Rick and I are on the same page. I use 30# XT and 45# test stranded steel leaders. I started tying the double improved clinch knot last year, I like it. I leave the three line tags about an inch long, helps with weeds. I retie every morning and after every fish. I run the line through my fingers whenever cleaning the line. If I feel the least amount of abrasion I retie. If you are fishing West Branch or any lake with Zebras, run at least a three foot steel leader, especially if you are pounding your baits into humps , rocks, etc...I would not feel comfortable using a plastic holder, Downeasts are my choice, it can get exciting though when you struggle to get the rod out of the holder!!!! It happens.
John


----------



## Bester (Dec 29, 2007)

I've had one plastic holder break on me.
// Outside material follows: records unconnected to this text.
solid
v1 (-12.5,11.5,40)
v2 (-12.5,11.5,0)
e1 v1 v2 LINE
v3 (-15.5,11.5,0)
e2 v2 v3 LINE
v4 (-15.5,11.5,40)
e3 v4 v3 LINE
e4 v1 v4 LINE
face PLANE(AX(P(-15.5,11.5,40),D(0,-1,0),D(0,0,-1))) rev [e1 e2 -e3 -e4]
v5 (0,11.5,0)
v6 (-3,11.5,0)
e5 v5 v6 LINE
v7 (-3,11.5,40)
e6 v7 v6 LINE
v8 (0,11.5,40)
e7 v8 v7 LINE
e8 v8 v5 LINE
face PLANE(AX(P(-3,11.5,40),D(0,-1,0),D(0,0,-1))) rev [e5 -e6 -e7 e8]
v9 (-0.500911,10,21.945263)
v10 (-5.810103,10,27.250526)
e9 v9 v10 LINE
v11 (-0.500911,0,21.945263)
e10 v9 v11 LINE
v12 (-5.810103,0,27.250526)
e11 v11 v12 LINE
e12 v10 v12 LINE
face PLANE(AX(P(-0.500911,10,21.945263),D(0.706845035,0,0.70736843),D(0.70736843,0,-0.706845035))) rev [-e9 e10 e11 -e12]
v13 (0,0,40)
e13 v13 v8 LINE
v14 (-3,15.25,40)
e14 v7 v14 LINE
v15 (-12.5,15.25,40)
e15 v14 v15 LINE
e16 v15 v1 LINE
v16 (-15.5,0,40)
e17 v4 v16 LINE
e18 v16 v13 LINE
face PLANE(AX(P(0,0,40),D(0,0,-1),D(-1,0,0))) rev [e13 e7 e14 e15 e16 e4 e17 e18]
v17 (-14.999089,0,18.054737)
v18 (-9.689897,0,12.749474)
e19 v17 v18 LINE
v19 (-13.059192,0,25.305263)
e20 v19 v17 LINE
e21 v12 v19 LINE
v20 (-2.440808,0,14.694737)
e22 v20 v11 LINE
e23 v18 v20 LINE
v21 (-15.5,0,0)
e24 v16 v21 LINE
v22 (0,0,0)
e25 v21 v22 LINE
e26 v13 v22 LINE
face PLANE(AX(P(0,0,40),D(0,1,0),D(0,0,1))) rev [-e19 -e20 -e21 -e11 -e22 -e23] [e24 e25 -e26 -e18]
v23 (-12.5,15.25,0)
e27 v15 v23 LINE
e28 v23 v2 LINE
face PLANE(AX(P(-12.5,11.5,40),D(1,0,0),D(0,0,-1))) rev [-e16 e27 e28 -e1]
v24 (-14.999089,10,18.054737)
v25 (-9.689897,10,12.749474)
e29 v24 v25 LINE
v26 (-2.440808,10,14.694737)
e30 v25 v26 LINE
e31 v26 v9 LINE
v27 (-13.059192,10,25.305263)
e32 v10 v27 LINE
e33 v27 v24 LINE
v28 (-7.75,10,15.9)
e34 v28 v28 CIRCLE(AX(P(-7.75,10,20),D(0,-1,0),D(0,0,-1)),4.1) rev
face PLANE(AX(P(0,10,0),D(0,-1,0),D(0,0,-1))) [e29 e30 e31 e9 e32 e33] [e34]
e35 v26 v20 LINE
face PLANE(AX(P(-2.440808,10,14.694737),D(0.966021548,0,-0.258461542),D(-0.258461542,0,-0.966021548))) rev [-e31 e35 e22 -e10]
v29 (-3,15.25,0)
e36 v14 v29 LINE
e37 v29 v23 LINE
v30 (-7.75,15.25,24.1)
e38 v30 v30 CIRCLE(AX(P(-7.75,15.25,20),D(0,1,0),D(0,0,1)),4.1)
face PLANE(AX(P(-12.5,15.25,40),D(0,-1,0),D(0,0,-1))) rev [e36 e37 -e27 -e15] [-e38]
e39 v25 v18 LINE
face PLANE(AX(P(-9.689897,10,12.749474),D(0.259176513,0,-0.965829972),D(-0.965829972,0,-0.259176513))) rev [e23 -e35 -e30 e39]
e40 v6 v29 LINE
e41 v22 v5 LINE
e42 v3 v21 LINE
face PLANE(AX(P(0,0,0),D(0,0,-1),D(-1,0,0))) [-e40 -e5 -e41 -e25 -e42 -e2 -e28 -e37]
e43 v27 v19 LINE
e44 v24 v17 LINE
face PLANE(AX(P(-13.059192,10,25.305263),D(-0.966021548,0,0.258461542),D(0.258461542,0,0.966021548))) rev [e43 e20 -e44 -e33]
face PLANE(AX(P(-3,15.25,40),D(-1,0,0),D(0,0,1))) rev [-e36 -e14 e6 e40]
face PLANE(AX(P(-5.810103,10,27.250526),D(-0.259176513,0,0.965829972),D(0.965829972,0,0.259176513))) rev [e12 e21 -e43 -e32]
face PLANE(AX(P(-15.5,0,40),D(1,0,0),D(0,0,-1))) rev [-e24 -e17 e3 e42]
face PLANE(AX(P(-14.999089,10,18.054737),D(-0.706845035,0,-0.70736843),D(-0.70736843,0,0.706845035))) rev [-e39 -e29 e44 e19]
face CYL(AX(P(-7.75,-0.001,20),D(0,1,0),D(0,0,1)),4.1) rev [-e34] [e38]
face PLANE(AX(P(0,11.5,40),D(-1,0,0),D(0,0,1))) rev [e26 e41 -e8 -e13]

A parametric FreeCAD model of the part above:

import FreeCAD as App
import Part
import Sketcher
Q = App.Units.Quantity


def add_polygon(sketch, points):
    """Adds a closed chain of lines whose ends are joined by coincident constraints."""
    first, n = sketch.GeometryCount, len(points)
    for a, b in zip(points, points[1:] + points[:1]):
        sketch.addGeometry(Part.LineSegment(App.Vector(*a, 0), App.Vector(*b, 0)), False)
    for i in range(n):
        sketch.addConstraint(Sketcher.Constraint("Coincident", first + i, 2, first + (i + 1) % n, 1))

doc = App.newDocument("Part")
body = doc.addObject("PartDesign::Body", "Body")

# Sketch on XY plane
sketch1 = body.newObject("Sketcher::SketchObject", "Sketch")
sketch1.AttachmentSupport = (doc.getObject("XY_Plane"), [""])
sketch1.MapMode = "FlatFace"
add_polygon(sketch1, [(-15.5, 0), (0, 0), (0, 11.5), (-3, 11.5), (-3, 15.25), (-12.5, 15.25), (-12.5, 11.5), (-15.5, 11.5)])  # lines 0-7
sketch1.addConstraint([
    Sketcher.Constraint("Horizontal", 0),
    Sketcher.Constraint("Vertical", 1),
    Sketcher.Constraint("Horizontal", 2),
    Sketcher.Constraint("Vertical", 3),
    Sketcher.Constraint("Horizontal", 4),
    Sketcher.Constraint("Vertical", 5),
    Sketcher.Constraint("Horizontal", 6),
    Sketcher.Constraint("Vertical", 7),
    Sketcher.Constraint("Coincident", 0, 2, -1, 1),
    Sketcher.Constraint("Horizontal", 2, 2, 5, 2),
    Sketcher.Constraint("Equal", 2, 6),
    Sketcher.Constraint("DistanceX", 2, 2, 2, 1, Q("3 mm")),
    Sketcher.Constraint("DistanceX", 0, 1, 0, 2, Q("15.5 mm")),
    Sketcher.Constraint("DistanceY", 1, 1, 1, 2, Q("11.5 mm")),
    Sketcher.Constraint("DistanceY", 3, 1, 3, 2, Q("3.75 mm")),
])
pad1 = body.newObject("PartDesign::Pad", "Pad")
pad1.Profile = sketch1
pad1.Length = 40

# Sketch on XZ plane
sketch2 = body.newObject("Sketcher::SketchObject", "Sketch001")
sketch2.AttachmentSupport = (doc.getObject("XZ_Plane"), [""])
sketch2.MapMode = "FlatFace"
sketch2.AttachmentOffset = App.Placement(App.Vector(0, 0, -15.25), App.Rotation())
sketch2.addGeometry(Part.Circle(App.Vector(-7.75, 20, 0), App.Vector(0, 0, 1), 4.1), False)
sketch2.addConstraint([
    Sketcher.Constraint("Diameter", 0, Q("8.2 mm")),
    Sketcher.Constraint("DistanceY", -1, 1, 0, 3, Q("20 mm")),
    Sketcher.Constraint("DistanceX", 0, 3, -1, 1, Q("7.75 mm")),
])
pocket1 = body.newObject("PartDesign::Pocket", "Pocket")
pocket1.Profile = sketch2
pocket1.Type = "UpToFirst"
pocket1.Reversed = True

# Sketch on XZ plane
sketch3 = body.newObject("Sketcher::SketchObject", "Sketch002")
sketch3.AttachmentSupport = (doc.getObject("XZ_Plane"), [""])
sketch3.MapMode = "FlatFace"
add_polygon(sketch3, [(-2.440808, 14.694737), (-0.500911, 21.945263), (-5.810103, 27.250526), (-13.059192, 25.305263), (-14.999089, 18.054737), (-9.689897, 12.749474)])  # lines 0-5
sketch3.addConstraint([
    Sketcher.Constraint("Parallel", 0, 3),
    Sketcher.Constraint("Parallel", 1, 4),
    Sketcher.Constraint("Parallel", 2, 5),
    Sketcher.Constraint("Equal", 0, 1),
    Sketcher.Constraint("Equal", 1, 2),
    Sketcher.Constraint("Equal", 2, 3),
    Sketcher.Constraint("DistanceY", 0, 2, 2, 2, Q("3.36 mm")),
    Sketcher.Constraint("DistanceX", 0, 2, -1, 1, Q("0.500911 mm")),
    Sketcher.Constraint("DistanceX", 2, 2, -1, 1, Q("13.059192 mm")),
    Sketcher.Constraint("DistanceX", 3, 2, -1, 1, Q("14.999089 mm")),
    Sketcher.Constraint("DistanceX", 1, 2, 0, 2, Q("5.309192 mm")),
    Sketcher.Constraint("DistanceY", -1, 1, 0, 2, Q("21.945263 mm")),
])
pocket2 = body.newObject("PartDesign::Pocket", "Pocket001")
pocket2.Profile = sketch3
pocket2.Length = 10

doc.recompute()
I didn't lose the gear and there was a 29lbs Musky on the other end. It was my fault for not having the drag set properly.


----------



## ShutUpNFish (Apr 17, 2007)

Thats exactly it....the drag....If anyone breaks a Fish-On due to a fish strike, your drag is set too tight. Trust me, it will happen to a Down East too. I've seen it happen....to each his own. My biggest thing is that when I come up on weeds or a hump, I can quickly just push down on the butt of the rod and my tip is straight up in the air bringing my lure up without ever having to remove the rod from the holder. I also think that they are way easier to remove from the holder when you get a fish on, especially when you learn how to remove the rod with tension on it. I do it with one hand. Again, to each his own...Tight Lines.


----------